[Assignment] Within the listing below, please copy exactly the lines between the line holding "v -81.466 20 61.36" and the line holding "v 79.555 0 -58.05", inclusive.

[Data listing]
-*-

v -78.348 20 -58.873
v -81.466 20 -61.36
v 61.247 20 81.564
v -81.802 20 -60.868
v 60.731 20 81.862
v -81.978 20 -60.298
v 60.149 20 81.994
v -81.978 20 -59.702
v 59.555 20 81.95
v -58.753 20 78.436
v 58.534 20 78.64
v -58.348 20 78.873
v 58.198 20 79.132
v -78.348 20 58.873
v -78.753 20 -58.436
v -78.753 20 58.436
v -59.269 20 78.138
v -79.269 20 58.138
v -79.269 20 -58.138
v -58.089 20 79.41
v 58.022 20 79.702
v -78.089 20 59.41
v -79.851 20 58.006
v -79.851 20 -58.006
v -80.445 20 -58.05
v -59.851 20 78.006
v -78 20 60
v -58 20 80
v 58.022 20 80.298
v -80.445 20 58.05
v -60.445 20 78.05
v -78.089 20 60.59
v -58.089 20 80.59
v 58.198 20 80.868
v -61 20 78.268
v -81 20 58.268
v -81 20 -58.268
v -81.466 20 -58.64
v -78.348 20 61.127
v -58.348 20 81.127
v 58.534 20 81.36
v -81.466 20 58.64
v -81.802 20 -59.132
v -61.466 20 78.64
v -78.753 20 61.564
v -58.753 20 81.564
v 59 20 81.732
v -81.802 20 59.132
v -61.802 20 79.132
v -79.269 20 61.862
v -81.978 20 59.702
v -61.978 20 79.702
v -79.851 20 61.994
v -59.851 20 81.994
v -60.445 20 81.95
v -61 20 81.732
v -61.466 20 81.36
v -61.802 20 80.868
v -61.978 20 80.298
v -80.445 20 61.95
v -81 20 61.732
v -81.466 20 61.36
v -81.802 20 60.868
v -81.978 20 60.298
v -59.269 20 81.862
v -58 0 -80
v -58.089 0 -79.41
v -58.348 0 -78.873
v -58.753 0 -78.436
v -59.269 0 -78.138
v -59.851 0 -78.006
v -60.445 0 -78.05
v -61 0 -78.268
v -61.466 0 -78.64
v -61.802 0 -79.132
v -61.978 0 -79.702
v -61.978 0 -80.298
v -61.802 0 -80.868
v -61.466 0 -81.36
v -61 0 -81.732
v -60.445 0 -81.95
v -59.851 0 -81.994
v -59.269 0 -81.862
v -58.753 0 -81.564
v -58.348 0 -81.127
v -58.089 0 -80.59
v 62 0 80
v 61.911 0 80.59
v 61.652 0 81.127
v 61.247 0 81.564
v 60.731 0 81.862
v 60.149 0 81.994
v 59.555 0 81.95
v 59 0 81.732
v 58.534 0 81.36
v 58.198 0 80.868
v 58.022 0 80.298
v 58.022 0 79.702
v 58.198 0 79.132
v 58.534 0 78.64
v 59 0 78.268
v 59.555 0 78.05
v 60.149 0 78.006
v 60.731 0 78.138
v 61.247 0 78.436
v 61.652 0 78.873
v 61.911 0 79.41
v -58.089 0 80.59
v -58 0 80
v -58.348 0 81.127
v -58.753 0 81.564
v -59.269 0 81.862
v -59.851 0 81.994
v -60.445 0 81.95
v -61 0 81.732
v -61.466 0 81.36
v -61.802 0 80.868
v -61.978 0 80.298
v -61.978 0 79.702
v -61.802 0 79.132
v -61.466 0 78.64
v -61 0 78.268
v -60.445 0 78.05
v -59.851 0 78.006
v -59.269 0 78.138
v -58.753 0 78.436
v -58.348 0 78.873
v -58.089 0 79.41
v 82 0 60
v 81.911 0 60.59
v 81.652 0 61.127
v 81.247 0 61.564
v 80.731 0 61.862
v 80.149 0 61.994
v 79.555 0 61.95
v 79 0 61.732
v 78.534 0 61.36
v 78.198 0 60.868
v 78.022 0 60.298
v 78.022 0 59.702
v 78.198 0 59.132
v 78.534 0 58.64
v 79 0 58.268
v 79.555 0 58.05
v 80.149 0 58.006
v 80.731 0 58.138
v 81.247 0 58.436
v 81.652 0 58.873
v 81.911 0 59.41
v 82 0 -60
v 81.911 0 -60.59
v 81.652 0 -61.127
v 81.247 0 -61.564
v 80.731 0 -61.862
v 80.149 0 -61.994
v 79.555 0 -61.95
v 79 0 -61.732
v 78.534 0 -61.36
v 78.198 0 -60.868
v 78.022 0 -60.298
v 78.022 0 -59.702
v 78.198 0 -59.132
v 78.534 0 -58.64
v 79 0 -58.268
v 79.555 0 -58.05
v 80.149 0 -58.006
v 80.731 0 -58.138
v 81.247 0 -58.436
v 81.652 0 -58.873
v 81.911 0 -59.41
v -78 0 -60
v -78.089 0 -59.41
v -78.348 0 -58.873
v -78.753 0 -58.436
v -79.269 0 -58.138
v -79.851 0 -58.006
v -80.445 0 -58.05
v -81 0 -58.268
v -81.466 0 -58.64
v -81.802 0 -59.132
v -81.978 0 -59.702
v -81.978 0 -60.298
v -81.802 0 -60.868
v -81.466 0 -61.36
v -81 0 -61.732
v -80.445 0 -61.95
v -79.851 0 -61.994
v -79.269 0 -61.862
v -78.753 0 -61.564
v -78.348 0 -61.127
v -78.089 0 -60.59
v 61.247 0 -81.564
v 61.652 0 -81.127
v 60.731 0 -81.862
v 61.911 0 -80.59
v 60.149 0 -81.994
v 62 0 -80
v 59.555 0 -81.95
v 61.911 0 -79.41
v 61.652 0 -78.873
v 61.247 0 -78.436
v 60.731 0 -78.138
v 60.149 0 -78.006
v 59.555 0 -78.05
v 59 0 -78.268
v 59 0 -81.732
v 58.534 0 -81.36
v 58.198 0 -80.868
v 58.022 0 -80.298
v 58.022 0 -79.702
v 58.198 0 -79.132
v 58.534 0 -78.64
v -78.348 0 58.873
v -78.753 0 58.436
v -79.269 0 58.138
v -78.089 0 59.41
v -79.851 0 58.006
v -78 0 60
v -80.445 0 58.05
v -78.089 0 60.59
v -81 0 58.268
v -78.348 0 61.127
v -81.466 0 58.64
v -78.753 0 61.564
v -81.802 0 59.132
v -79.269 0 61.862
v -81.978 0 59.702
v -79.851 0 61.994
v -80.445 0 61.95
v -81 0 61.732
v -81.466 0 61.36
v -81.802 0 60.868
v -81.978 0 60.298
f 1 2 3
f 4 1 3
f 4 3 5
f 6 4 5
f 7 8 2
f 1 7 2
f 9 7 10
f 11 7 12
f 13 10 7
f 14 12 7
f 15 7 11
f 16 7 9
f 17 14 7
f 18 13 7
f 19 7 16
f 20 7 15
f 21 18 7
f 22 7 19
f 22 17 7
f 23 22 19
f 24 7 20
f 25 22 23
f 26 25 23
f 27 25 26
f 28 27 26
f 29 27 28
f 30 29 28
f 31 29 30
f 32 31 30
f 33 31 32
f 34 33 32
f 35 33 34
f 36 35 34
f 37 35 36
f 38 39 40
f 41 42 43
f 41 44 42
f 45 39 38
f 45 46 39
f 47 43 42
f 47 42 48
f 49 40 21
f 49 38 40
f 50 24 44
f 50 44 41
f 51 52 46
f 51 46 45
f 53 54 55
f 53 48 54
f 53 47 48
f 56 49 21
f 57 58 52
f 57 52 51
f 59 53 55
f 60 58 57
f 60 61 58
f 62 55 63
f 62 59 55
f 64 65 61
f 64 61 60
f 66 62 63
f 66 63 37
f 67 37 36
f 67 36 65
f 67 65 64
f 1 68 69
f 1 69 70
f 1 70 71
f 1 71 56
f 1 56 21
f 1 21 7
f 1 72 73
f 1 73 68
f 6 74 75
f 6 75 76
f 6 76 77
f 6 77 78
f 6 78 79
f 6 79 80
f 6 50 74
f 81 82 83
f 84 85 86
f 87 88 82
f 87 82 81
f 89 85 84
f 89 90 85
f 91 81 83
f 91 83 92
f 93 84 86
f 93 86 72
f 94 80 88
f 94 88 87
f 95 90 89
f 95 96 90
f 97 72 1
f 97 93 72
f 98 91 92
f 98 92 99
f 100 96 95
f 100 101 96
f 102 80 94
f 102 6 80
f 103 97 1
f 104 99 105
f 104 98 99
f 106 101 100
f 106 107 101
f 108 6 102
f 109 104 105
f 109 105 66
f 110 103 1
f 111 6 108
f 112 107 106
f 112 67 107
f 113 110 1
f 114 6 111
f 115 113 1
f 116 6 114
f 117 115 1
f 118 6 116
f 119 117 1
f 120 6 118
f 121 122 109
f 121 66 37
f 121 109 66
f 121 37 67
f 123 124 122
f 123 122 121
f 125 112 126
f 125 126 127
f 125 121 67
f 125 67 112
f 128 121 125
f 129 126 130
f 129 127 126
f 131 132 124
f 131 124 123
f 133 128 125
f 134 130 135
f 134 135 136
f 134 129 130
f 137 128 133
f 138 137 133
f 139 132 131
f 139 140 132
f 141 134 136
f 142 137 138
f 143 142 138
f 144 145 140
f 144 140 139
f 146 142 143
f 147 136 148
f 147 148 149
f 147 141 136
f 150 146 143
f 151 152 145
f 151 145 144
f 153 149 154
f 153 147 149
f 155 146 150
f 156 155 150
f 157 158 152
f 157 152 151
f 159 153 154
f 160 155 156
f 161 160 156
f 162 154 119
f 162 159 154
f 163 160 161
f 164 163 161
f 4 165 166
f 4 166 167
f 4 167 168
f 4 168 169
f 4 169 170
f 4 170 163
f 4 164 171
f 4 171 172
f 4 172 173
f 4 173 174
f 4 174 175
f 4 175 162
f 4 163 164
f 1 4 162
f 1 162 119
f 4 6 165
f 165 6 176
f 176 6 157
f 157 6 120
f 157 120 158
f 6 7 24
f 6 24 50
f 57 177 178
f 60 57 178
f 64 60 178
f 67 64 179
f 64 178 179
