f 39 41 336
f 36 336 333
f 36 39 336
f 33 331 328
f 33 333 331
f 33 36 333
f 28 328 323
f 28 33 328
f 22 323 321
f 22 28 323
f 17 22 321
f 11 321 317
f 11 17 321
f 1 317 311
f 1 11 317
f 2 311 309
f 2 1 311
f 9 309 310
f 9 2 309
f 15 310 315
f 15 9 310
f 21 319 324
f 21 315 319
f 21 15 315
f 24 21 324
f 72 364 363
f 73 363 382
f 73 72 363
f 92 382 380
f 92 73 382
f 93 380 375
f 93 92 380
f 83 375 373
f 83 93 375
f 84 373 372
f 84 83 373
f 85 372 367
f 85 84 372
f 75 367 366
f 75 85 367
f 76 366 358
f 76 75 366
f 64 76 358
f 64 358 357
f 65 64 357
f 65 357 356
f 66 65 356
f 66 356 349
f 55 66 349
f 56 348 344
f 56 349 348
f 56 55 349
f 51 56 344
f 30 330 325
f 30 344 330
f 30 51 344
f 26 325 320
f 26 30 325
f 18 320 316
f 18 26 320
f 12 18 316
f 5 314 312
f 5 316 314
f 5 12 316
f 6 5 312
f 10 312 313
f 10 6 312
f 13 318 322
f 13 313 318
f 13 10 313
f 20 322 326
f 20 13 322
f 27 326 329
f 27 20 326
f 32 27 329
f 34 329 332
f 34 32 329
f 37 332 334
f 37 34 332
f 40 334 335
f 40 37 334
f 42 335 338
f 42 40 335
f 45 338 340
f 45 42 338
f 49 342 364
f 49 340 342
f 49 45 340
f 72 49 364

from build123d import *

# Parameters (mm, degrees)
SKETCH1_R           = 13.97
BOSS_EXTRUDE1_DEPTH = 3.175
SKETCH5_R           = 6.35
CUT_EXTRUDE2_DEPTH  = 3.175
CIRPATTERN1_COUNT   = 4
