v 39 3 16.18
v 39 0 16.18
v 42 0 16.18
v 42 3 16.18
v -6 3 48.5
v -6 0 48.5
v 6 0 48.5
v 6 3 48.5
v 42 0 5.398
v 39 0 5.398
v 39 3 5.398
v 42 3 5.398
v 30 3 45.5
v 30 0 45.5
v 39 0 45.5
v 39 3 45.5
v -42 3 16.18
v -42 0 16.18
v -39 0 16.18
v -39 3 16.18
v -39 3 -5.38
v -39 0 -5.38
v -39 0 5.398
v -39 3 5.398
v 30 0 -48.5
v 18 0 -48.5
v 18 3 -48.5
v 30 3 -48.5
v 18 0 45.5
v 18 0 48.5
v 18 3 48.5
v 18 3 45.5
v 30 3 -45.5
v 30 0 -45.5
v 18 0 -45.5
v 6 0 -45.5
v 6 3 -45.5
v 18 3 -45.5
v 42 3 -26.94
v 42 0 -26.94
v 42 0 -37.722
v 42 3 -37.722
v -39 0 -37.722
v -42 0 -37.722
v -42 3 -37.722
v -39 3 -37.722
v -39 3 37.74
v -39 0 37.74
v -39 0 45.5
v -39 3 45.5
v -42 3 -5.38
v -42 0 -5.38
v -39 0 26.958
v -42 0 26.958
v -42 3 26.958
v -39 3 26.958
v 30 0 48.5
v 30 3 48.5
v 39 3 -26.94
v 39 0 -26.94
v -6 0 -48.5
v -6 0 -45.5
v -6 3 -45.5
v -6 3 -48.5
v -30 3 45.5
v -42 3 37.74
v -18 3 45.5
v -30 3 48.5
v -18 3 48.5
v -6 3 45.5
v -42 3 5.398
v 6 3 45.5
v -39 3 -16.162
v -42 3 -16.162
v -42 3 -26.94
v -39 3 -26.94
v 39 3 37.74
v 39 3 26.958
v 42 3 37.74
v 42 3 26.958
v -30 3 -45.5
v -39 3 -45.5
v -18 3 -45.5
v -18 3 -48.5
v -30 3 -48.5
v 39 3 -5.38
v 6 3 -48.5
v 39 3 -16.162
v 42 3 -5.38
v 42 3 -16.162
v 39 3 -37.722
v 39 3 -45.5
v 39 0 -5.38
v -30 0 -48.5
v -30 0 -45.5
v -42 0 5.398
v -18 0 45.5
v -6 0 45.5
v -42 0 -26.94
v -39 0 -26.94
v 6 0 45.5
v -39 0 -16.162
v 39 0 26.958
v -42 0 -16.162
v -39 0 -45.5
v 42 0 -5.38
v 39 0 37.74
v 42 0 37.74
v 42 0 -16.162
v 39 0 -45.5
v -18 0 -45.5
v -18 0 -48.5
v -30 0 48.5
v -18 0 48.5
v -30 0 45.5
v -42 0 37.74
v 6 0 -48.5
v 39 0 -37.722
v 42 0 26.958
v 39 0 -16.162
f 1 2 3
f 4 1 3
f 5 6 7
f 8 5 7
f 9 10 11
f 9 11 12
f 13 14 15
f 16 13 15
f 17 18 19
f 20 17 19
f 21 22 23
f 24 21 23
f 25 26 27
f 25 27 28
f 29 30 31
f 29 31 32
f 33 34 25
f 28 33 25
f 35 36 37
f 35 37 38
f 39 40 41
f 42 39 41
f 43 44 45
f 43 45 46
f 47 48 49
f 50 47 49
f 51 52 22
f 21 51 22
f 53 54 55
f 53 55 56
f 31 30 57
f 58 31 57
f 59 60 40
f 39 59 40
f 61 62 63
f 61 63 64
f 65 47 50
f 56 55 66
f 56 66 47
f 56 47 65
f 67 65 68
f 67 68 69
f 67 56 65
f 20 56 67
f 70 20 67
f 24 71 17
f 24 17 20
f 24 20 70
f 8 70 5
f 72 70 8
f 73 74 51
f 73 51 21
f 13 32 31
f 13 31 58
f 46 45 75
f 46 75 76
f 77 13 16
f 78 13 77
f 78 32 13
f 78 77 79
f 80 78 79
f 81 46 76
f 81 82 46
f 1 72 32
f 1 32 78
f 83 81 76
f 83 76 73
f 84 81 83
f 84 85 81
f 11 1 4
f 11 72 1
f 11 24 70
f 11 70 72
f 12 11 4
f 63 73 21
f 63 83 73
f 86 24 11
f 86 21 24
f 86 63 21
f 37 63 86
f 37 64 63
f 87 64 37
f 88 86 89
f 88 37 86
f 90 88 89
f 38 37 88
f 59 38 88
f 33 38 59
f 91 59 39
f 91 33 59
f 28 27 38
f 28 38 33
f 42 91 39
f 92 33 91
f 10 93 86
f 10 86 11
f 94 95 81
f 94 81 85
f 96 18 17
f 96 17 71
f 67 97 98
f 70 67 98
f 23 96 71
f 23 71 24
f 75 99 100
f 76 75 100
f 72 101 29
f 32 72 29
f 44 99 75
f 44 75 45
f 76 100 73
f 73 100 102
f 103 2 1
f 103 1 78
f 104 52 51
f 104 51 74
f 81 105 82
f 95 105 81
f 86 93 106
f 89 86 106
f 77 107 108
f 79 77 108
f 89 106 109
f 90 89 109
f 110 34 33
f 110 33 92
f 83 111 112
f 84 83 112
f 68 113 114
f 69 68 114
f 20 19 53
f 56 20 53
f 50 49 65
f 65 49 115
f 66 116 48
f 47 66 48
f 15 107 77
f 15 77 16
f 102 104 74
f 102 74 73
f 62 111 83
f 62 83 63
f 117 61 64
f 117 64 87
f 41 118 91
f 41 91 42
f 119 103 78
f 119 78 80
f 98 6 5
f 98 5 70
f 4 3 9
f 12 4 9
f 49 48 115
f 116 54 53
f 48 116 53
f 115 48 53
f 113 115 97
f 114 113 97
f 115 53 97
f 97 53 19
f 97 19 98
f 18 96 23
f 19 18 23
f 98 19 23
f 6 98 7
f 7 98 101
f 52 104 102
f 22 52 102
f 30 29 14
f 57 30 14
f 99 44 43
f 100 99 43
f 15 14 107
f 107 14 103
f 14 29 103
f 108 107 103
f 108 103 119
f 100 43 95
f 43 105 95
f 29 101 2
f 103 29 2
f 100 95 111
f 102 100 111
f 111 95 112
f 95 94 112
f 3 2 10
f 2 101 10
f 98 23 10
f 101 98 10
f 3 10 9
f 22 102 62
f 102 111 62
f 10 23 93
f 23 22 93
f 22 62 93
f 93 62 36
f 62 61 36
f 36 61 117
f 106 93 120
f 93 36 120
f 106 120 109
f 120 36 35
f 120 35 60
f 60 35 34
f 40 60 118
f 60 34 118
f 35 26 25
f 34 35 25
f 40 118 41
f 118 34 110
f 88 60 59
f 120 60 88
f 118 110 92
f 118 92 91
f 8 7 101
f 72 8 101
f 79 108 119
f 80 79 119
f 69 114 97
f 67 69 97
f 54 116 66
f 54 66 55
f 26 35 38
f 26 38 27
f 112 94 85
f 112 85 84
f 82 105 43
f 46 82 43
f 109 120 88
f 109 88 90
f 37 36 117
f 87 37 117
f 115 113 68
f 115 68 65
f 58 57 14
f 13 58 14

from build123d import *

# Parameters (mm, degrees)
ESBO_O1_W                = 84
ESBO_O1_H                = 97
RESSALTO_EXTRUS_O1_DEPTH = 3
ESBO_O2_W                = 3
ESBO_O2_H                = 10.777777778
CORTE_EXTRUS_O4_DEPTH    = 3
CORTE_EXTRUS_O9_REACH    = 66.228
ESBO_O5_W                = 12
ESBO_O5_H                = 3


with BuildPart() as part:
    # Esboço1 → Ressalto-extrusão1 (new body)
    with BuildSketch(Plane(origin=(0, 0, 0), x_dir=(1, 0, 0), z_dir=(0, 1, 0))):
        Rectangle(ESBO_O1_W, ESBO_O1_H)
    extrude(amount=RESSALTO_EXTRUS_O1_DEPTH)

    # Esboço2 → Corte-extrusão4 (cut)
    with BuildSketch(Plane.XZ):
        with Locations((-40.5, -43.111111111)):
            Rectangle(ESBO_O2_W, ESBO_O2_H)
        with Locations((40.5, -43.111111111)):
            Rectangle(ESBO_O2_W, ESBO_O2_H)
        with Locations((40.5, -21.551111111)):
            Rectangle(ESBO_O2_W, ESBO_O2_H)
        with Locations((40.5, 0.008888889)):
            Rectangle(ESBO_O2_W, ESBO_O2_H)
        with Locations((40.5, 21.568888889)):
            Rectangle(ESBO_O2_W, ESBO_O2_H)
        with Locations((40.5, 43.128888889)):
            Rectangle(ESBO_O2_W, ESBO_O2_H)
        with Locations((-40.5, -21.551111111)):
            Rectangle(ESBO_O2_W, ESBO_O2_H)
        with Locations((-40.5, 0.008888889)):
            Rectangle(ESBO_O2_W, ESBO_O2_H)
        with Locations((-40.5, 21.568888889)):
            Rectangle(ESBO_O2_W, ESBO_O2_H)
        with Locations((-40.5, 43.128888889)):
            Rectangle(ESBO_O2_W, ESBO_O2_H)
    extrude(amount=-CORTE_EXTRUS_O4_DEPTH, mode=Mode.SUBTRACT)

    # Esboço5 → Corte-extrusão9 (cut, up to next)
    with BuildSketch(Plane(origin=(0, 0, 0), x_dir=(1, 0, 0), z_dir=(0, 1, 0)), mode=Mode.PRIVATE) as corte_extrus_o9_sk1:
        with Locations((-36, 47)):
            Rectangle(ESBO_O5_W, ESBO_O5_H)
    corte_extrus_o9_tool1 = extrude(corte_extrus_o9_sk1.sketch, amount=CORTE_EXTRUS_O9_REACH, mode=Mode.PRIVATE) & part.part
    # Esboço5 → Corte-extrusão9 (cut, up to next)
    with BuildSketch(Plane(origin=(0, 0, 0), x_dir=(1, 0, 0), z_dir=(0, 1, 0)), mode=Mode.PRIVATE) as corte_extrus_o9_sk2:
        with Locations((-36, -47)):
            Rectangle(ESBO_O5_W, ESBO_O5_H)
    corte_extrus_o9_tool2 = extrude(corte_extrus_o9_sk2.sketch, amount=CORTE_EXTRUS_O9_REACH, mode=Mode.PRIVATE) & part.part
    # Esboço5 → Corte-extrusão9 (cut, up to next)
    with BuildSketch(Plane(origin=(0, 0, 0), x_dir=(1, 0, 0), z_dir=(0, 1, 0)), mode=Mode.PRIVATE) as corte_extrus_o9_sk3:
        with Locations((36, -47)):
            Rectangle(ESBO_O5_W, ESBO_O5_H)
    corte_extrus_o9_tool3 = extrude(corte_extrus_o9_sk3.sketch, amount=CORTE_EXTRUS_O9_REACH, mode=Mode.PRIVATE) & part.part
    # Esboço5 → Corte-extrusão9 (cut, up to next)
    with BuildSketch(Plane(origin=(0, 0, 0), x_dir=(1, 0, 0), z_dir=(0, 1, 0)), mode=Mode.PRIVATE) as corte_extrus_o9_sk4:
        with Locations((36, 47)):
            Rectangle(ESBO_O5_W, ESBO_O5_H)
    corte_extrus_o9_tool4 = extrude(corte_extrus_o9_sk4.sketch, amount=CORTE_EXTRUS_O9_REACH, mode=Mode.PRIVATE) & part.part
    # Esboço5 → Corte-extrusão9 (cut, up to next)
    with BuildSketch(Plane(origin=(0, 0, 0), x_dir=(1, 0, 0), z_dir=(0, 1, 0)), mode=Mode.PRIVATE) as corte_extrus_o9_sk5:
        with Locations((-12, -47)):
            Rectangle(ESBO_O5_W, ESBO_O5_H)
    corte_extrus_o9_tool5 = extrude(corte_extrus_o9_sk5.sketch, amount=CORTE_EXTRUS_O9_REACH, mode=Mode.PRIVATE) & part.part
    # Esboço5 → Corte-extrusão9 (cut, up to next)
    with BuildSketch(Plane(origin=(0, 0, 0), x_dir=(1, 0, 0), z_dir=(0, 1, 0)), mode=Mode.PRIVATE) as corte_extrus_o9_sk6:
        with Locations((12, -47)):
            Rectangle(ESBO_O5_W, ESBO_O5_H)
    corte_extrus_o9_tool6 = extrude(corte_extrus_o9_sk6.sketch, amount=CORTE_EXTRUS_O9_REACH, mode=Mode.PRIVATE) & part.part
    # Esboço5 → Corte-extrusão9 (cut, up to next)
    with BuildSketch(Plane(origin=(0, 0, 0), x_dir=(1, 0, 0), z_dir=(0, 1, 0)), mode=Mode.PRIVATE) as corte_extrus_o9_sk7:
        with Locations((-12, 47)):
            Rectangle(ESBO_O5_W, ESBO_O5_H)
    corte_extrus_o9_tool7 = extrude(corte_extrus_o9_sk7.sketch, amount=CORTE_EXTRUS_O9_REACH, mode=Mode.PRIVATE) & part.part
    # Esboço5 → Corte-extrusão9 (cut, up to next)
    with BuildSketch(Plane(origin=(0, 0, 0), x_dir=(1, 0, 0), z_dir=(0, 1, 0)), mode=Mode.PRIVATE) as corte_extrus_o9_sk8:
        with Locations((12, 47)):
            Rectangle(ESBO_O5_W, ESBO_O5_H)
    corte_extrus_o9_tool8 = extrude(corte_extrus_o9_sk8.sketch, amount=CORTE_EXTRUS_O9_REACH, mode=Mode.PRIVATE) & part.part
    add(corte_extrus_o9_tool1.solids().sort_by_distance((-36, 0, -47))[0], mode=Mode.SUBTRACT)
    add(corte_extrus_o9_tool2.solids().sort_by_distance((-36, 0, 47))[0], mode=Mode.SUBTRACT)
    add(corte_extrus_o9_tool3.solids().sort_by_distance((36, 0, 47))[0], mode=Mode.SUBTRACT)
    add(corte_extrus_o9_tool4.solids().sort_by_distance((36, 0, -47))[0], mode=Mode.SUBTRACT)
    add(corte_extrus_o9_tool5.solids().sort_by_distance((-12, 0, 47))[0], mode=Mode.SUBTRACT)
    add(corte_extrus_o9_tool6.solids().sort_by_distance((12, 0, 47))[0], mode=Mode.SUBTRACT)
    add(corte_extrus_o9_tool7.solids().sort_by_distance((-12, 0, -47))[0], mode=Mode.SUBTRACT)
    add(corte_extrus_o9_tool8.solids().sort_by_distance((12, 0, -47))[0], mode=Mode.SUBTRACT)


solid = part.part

-*-

[Solved exercise]
v -81.466 20 61.36
v -81.802 20 60.868
v -81.978 20 60.298
v -59.269 20 81.862
v -58 0 -80
v -58.089 0 -79.41
v -58.348 0 -78.873
v -58.753 0 -78.436
v -59.269 0 -78.138
v -59.851 0 -78.006
v -60.445 0 -78.05
v -61 0 -78.268
v -61.466 0 -78.64
v -61.802 0 -79.132
v -61.978 0 -79.702
v -61.978 0 -80.298
v -61.802 0 -80.868
v -61.466 0 -81.36
v -61 0 -81.732
v -60.445 0 -81.95
v -59.851 0 -81.994
v -59.269 0 -81.862
v -58.753 0 -81.564
v -58.348 0 -81.127
v -58.089 0 -80.59
v 62 0 80
v 61.911 0 80.59
v 61.652 0 81.127
v 61.247 0 81.564
v 60.731 0 81.862
v 60.149 0 81.994
v 59.555 0 81.95
v 59 0 81.732
v 58.534 0 81.36
v 58.198 0 80.868
v 58.022 0 80.298
v 58.022 0 79.702
v 58.198 0 79.132
v 58.534 0 78.64
v 59 0 78.268
v 59.555 0 78.05
v 60.149 0 78.006
v 60.731 0 78.138
v 61.247 0 78.436
v 61.652 0 78.873
v 61.911 0 79.41
v -58.089 0 80.59
v -58 0 80
v -58.348 0 81.127
v -58.753 0 81.564
v -59.269 0 81.862
v -59.851 0 81.994
v -60.445 0 81.95
v -61 0 81.732
v -61.466 0 81.36
v -61.802 0 80.868
v -61.978 0 80.298
v -61.978 0 79.702
v -61.802 0 79.132
v -61.466 0 78.64
v -61 0 78.268
v -60.445 0 78.05
v -59.851 0 78.006
v -59.269 0 78.138
v -58.753 0 78.436
v -58.348 0 78.873
v -58.089 0 79.41
v 82 0 60
v 81.911 0 60.59
v 81.652 0 61.127
v 81.247 0 61.564
v 80.731 0 61.862
v 80.149 0 61.994
v 79.555 0 61.95
v 79 0 61.732
v 78.534 0 61.36
v 78.198 0 60.868
v 78.022 0 60.298
v 78.022 0 59.702
v 78.198 0 59.132
v 78.534 0 58.64
v 79 0 58.268
v 79.555 0 58.05
v 80.149 0 58.006
v 80.731 0 58.138
v 81.247 0 58.436
v 81.652 0 58.873
v 81.911 0 59.41
v 82 0 -60
v 81.911 0 -60.59
v 81.652 0 -61.127
v 81.247 0 -61.564
v 80.731 0 -61.862
v 80.149 0 -61.994
v 79.555 0 -61.95
v 79 0 -61.732
v 78.534 0 -61.36
v 78.198 0 -60.868
v 78.022 0 -60.298
v 78.022 0 -59.702
v 78.198 0 -59.132
v 78.534 0 -58.64
v 79 0 -58.268
v 79.555 0 -58.05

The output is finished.